| Work required |
Please give back, word for word, each line from the start of the entries through the one in which "#5=PRODUCT_DEFINITION_CONTEXT('',#1,'design');" is found.

· · · · ·

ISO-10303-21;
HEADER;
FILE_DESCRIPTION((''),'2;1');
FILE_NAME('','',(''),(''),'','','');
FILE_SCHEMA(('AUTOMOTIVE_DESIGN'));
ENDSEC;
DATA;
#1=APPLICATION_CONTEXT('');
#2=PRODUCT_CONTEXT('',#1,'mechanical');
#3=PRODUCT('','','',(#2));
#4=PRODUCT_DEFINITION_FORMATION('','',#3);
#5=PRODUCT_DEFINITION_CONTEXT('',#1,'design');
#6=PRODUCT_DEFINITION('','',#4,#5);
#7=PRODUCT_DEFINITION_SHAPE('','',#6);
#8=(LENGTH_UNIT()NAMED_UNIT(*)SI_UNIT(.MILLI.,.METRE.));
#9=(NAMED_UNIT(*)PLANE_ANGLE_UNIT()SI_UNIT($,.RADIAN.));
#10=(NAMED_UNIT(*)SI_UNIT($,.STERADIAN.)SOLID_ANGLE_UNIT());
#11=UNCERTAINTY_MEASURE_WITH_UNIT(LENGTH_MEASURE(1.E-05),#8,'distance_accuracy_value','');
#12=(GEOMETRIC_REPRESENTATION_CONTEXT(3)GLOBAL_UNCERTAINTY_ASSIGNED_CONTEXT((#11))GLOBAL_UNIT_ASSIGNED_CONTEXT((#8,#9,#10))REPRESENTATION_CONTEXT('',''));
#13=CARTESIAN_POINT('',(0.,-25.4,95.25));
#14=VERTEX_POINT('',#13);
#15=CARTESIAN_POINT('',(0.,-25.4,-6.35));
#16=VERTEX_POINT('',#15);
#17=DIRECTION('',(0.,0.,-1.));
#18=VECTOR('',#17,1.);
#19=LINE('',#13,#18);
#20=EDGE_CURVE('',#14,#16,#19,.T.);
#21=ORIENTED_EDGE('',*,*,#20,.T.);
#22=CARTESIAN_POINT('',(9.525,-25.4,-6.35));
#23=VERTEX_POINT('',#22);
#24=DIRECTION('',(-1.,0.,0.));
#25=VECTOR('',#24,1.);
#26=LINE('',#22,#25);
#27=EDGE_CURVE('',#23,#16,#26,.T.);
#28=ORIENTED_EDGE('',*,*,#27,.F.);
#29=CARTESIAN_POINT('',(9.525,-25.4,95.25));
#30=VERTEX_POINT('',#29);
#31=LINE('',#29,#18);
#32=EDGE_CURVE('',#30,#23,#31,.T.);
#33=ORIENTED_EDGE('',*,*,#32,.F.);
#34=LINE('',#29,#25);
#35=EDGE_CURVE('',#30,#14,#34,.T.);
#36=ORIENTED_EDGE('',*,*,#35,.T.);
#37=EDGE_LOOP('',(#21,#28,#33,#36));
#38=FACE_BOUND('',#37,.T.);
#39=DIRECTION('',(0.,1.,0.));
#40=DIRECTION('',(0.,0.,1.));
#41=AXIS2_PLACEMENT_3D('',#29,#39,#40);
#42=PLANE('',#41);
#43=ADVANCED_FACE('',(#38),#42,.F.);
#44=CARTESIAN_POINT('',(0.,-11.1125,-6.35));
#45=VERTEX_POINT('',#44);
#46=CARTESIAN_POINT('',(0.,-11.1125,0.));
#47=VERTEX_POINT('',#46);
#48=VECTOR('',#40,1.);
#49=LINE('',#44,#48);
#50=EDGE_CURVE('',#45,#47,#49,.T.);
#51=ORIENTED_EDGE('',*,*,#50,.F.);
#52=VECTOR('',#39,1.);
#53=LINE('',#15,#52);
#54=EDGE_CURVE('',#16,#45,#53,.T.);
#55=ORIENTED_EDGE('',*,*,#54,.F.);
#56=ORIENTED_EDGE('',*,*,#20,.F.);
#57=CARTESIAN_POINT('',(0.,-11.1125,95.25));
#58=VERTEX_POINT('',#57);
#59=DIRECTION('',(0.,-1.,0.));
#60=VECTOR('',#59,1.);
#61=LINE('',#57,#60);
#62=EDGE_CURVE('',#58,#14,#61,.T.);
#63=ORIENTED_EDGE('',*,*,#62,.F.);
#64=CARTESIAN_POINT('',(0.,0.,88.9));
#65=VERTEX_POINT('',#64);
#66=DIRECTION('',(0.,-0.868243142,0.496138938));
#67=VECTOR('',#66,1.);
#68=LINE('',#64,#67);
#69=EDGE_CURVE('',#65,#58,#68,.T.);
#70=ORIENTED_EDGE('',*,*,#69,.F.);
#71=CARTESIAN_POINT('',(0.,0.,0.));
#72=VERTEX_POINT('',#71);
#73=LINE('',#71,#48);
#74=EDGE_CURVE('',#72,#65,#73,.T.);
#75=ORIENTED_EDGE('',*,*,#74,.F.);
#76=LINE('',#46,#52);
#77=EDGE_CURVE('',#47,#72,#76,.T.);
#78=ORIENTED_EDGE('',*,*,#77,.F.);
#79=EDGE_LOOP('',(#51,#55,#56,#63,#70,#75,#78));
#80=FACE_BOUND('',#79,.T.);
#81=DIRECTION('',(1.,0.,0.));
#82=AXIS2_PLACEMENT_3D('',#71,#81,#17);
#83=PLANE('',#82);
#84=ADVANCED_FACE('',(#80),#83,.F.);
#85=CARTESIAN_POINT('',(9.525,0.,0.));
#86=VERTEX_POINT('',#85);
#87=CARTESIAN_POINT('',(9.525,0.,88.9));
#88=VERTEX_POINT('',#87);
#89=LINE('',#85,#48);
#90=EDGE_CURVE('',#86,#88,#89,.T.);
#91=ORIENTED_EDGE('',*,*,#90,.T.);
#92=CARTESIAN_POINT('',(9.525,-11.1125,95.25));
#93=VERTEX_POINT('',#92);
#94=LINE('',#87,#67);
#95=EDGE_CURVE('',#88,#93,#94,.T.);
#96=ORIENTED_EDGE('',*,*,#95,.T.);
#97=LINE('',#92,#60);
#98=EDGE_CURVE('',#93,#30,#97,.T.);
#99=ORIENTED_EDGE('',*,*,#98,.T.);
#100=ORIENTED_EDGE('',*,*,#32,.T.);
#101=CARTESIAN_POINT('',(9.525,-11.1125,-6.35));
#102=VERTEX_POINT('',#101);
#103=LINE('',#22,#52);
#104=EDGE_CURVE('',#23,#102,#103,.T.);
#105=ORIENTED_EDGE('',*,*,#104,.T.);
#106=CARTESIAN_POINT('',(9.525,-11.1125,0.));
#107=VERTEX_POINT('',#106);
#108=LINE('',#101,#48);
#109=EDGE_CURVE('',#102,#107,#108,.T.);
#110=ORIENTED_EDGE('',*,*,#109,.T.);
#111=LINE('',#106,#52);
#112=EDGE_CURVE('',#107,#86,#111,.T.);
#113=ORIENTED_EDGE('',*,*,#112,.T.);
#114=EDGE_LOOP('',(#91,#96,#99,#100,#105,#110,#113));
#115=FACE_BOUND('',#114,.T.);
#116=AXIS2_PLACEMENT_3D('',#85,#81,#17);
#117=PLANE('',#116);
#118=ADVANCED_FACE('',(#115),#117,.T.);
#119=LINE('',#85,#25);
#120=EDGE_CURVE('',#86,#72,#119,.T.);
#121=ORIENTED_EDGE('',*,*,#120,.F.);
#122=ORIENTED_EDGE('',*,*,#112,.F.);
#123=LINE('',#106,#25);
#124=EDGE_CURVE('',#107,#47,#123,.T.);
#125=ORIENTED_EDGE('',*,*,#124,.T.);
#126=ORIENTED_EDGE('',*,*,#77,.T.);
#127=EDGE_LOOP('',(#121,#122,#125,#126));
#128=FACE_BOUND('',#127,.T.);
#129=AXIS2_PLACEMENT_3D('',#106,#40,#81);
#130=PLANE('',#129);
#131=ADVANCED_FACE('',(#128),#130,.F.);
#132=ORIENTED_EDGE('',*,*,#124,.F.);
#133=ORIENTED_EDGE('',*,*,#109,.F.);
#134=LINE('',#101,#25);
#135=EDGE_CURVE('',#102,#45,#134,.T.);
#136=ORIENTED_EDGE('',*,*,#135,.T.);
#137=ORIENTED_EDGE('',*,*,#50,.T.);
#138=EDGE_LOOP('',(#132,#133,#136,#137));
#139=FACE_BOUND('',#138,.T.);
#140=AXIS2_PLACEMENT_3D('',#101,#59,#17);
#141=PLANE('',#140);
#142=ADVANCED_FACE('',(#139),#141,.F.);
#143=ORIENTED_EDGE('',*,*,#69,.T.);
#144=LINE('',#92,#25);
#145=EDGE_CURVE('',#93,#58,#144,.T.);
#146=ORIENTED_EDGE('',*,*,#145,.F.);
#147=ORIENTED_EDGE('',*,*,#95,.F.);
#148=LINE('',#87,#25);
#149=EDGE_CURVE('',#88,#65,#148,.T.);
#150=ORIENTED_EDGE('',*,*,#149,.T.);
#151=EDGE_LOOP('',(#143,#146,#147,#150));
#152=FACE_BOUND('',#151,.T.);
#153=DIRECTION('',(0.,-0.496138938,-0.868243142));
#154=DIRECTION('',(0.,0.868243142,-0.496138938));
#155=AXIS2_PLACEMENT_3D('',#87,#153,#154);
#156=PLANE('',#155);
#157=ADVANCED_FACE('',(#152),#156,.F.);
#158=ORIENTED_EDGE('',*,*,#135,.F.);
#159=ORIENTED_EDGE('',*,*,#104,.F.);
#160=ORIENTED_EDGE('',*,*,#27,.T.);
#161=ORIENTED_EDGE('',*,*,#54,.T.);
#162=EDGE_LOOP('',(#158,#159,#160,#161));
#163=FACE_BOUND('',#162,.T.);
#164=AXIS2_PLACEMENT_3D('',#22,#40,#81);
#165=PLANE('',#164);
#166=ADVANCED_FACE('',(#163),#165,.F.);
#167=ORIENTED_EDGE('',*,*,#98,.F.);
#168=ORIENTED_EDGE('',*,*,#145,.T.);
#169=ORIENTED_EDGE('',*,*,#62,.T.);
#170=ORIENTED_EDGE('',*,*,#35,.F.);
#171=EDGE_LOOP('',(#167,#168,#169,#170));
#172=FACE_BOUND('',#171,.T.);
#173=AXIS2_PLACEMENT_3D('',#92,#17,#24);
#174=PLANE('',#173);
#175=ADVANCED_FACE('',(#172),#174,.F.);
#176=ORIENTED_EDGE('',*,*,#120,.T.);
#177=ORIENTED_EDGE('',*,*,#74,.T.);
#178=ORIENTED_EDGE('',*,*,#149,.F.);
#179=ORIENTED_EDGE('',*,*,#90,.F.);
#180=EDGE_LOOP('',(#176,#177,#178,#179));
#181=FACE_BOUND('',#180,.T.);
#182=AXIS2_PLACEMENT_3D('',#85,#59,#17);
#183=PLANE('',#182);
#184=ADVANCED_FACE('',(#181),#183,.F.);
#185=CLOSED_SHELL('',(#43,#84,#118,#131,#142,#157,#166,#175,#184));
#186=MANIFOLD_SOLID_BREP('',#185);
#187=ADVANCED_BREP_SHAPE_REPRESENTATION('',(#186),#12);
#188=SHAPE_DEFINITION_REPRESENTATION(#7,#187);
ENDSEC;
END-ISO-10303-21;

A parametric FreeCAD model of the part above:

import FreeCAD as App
import Part
import Sketcher
from FreeCAD import Vector
Q = App.Units.Quantity

doc = App.newDocument("Part")
body = doc.addObject("PartDesign::Body", "Body")

# Sketch on YZ plane
sketch1 = body.newObject("Sketcher::SketchObject", "Sketch")
sketch1.AttachmentSupport = (doc.getObject("YZ_Plane"), [""])
sketch1.MapMode = "FlatFace"
sketch1.addGeometry([
    Part.LineSegment(Vector(0, 0, 0), Vector(0, 88.9, 0)),  # 0
    Part.LineSegment(Vector(0, 88.9, 0), Vector(-11.1125, 95.25, 0)),  # 1
    Part.LineSegment(Vector(-11.1125, 95.25, 0), Vector(-25.4, 95.25, 0)),  # 2
    Part.LineSegment(Vector(-25.4, 95.25, 0), Vector(-25.4, -6.35, 0)),  # 3
    Part.LineSegment(Vector(-25.4, -6.35, 0), Vector(-11.1125, -6.35, 0)),  # 4
    Part.LineSegment(Vector(-11.1125, -6.35, 0), Vector(-11.1125, 0, 0)),  # 5
    Part.LineSegment(Vector(-11.1125, 0, 0), Vector(0, 0, 0)),  # 6
], False)
sketch1.addConstraint([
    Sketcher.Constraint("Coincident", 0, 2, 1, 1),
    Sketcher.Constraint("Coincident", 1, 2, 2, 1),
    Sketcher.Constraint("Coincident", 2, 2, 3, 1),
    Sketcher.Constraint("Coincident", 3, 2, 4, 1),
    Sketcher.Constraint("Coincident", 4, 2, 5, 1),
    Sketcher.Constraint("Coincident", 5, 2, 6, 1),
    Sketcher.Constraint("Coincident", 6, 2, 0, 1),
    Sketcher.Constraint("Vertical", 0),
    Sketcher.Constraint("Horizontal", 2),
    Sketcher.Constraint("Vertical", 3),
    Sketcher.Constraint("Horizontal", 4),
    Sketcher.Constraint("Vertical", 5),
    Sketcher.Constraint("Horizontal", 6),
    Sketcher.Constraint("Coincident", 6, 2, -1, 1),
    Sketcher.Constraint("Vertical", 1, 2, 4, 2),
    Sketcher.Constraint("DistanceY", 3, 2, 3, 1, Q("4 in")),
    Sketcher.Constraint("DistanceY", 0, 1, 0, 2, Q("3.5 in")),
    Sketcher.Constraint("DistanceX", 2, 2, -1, 1, Q("1 in")),
    Sketcher.Constraint("DistanceY", 5, 1, 5, 2, Q("0.25 in")),
    Sketcher.Constraint("DistanceX", 2, 2, 2, 1, Q("0.5625 in")),
])
pad1 = body.newObject("PartDesign::Pad", "Pad")
pad1.Profile = sketch1
pad1.Length = Q("0.375 in")

doc.recompute()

· · · · ·

| Problem solution |
ISO-10303-21;
HEADER;
FILE_DESCRIPTION((''),'2;1');
FILE_NAME('','',(''),(''),'','','');
FILE_SCHEMA(('AUTOMOTIVE_DESIGN'));
ENDSEC;
DATA;
#1=APPLICATION_CONTEXT('');
#2=PRODUCT_CONTEXT('',#1,'mechanical');
#3=PRODUCT('','','',(#2));
#4=PRODUCT_DEFINITION_FORMATION('','',#3);
#5=PRODUCT_DEFINITION_CONTEXT('',#1,'design');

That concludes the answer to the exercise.